■ **EXERCISE DETAILS**
In the data below, the answer is the run of lines from the line containing "BOSS_EXTRUDE1_DEPTH = 50.8" through the line containing "Line((228.6, 101.6), (174.752, 152.4))", both included; print it exactly and nothing else.

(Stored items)

[Start of Attachment]

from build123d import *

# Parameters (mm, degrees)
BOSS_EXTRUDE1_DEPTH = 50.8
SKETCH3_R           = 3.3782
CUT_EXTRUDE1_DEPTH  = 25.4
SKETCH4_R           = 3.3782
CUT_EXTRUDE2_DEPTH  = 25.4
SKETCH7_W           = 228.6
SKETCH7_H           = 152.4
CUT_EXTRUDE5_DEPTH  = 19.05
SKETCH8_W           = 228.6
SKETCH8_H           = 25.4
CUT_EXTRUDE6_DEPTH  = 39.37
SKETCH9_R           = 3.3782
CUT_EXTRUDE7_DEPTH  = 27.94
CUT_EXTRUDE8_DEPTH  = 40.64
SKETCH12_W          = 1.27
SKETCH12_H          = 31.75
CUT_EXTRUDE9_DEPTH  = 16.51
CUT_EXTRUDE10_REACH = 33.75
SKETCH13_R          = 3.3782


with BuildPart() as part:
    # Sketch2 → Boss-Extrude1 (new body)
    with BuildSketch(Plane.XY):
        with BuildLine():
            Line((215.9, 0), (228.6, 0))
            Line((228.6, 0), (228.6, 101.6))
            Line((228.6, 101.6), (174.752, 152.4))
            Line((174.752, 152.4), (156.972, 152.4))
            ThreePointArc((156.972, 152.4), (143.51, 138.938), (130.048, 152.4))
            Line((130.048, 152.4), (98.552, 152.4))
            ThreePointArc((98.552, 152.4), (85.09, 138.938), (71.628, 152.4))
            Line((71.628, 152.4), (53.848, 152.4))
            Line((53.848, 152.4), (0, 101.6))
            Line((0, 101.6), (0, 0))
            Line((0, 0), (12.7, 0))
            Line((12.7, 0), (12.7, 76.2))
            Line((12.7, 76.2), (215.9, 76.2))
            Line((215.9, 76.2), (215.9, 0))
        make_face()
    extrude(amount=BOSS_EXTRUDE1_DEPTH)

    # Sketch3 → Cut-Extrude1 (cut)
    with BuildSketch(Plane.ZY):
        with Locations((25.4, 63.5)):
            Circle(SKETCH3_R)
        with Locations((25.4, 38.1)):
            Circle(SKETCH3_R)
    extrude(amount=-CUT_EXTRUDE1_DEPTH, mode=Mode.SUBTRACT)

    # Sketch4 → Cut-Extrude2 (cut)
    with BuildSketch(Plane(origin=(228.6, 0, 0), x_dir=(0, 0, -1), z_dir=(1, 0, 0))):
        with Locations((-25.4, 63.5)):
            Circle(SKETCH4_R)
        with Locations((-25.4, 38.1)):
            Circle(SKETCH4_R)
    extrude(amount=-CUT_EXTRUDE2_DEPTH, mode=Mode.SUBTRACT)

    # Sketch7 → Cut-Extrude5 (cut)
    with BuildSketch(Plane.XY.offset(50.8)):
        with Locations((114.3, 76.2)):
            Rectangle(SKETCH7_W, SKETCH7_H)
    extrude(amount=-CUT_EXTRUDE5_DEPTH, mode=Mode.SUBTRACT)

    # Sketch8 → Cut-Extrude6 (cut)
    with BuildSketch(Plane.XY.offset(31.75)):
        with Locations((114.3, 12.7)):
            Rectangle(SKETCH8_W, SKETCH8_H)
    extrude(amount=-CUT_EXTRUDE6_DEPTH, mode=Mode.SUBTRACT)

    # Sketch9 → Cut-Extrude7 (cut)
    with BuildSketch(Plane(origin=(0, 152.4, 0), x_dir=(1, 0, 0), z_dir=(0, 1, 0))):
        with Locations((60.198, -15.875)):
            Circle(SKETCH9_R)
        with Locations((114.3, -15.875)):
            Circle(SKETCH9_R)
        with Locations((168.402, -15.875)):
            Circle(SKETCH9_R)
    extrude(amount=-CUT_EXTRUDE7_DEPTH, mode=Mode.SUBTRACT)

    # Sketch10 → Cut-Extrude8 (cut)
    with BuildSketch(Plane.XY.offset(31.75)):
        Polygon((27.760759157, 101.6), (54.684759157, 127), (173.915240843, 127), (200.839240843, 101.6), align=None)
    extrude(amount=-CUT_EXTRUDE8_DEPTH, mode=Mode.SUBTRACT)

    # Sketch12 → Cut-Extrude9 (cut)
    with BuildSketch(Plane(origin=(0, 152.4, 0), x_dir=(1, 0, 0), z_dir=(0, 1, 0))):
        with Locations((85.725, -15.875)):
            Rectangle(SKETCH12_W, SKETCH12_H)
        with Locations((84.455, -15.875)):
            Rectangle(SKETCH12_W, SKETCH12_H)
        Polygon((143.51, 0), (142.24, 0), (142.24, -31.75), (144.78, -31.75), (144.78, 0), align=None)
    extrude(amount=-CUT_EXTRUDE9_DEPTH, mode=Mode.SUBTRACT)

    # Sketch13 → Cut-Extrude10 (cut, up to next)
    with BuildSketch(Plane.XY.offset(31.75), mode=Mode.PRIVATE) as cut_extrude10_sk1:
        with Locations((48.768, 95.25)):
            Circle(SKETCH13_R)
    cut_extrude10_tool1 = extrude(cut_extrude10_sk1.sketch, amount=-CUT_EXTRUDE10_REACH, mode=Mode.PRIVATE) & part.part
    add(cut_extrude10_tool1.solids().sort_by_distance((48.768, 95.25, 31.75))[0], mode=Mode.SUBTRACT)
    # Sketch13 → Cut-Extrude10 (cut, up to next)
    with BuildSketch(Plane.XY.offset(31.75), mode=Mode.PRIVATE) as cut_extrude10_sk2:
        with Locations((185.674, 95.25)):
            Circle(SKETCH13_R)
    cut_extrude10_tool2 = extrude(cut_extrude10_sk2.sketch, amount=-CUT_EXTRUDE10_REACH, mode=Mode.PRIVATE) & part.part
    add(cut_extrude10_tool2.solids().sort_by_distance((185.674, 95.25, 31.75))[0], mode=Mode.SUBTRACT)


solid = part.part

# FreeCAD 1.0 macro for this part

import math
import FreeCAD as App
import Part
import Sketcher
from FreeCAD import Vector
Q = App.Units.Quantity


def add_polygon(sketch, points):
    """Adds a closed chain of lines whose ends are joined by coincident constraints."""
    first, n = sketch.GeometryCount, len(points)
    for a, b in zip(points, points[1:] + points[:1]):
        sketch.addGeometry(Part.LineSegment(App.Vector(*a, 0), App.Vector(*b, 0)), False)
    for i in range(n):
        sketch.addConstraint(Sketcher.Constraint("Coincident", first + i, 2, first + (i + 1) % n, 1))

doc = App.newDocument("Part")
body = doc.addObject("PartDesign::Body", "Body")

# Sketch on XY plane
sketch1 = body.newObject("Sketcher::SketchObject", "Sketch")
sketch1.AttachmentSupport = (doc.getObject("XY_Plane"), [""])
sketch1.MapMode = "FlatFace"
sketch1.addGeometry(Part.LineSegment(Vector(216, 0, 0), Vector(229, 0, 0)), False)
sketch1.addGeometry(Part.LineSegment(Vector(229, 0, 0), Vector(229, 102, 0)), False)
sketch1.addGeometry(Part.LineSegment(Vector(229, 102, 0), Vector(175, 152, 0)), False)
sketch1.addGeometry(Part.LineSegment(Vector(175, 152, 0), Vector(157, 152, 0)), False)
sketch1.addGeometry(Part.ArcOfCircle(Part.Circle(Vector(144, 152, 0), Vector(0, 0, 1), 13), math.radians(180), math.radians(360)), False)
sketch1.addGeometry(Part.LineSegment(Vector(130, 152, 0), Vector(99, 152, 0)), False)
sketch1.addGeometry(Part.ArcOfCircle(Part.Circle(Vector(85, 152, 0), Vector(0, 0, 1), 13), math.radians(180), math.radians(360)), False)
sketch1.addGeometry(Part.LineSegment(Vector(72, 152, 0), Vector(54, 152, 0)), False)
sketch1.addGeometry(Part.LineSegment(Vector(54, 152, 0), Vector(0, 102, 0)), False)
sketch1.addGeometry(Part.LineSegment(Vector(0, 102, 0), Vector(0, 0, 0)), False)
sketch1.addGeometry(Part.LineSegment(Vector(0, 0, 0), Vector(13, 0, 0)), False)
sketch1.addGeometry(Part.LineSegment(Vector(13, 0, 0), Vector(13, 76, 0)), False)
sketch1.addGeometry(Part.LineSegment(Vector(13, 76, 0), Vector(216, 76, 0)), False)
sketch1.addGeometry(Part.LineSegment(Vector(216, 76, 0), Vector(216, 0, 0)), False)
sketch1.addConstraint(Sketcher.Constraint("Coincident", 0, 2, 1, 1))
sketch1.addConstraint(Sketcher.Constraint("Coincident", 1, 2, 2, 1))
sketch1.addConstraint(Sketcher.Constraint("Coincident", 2, 2, 3, 1))
sketch1.addConstraint(Sketcher.Constraint("Coincident", 3, 2, 4, 2))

[End of Attachment]

■ **COMPLETED EXERCISE**
BOSS_EXTRUDE1_DEPTH = 50.8
SKETCH3_R           = 3.3782
CUT_EXTRUDE1_DEPTH  = 25.4
SKETCH4_R           = 3.3782
CUT_EXTRUDE2_DEPTH  = 25.4
SKETCH7_W           = 228.6
SKETCH7_H           = 152.4
CUT_EXTRUDE5_DEPTH  = 19.05
SKETCH8_W           = 228.6
SKETCH8_H           = 25.4
CUT_EXTRUDE6_DEPTH  = 39.37
SKETCH9_R           = 3.3782
CUT_EXTRUDE7_DEPTH  = 27.94
CUT_EXTRUDE8_DEPTH  = 40.64
SKETCH12_W          = 1.27
SKETCH12_H          = 31.75
CUT_EXTRUDE9_DEPTH  = 16.51
CUT_EXTRUDE10_REACH = 33.75
SKETCH13_R          = 3.3782


with BuildPart() as part:
    # Sketch2 → Boss-Extrude1 (new body)
    with BuildSketch(Plane.XY):
        with BuildLine():
            Line((215.9, 0), (228.6, 0))
            Line((228.6, 0), (228.6, 101.6))
            Line((228.6, 101.6), (174.752, 152.4))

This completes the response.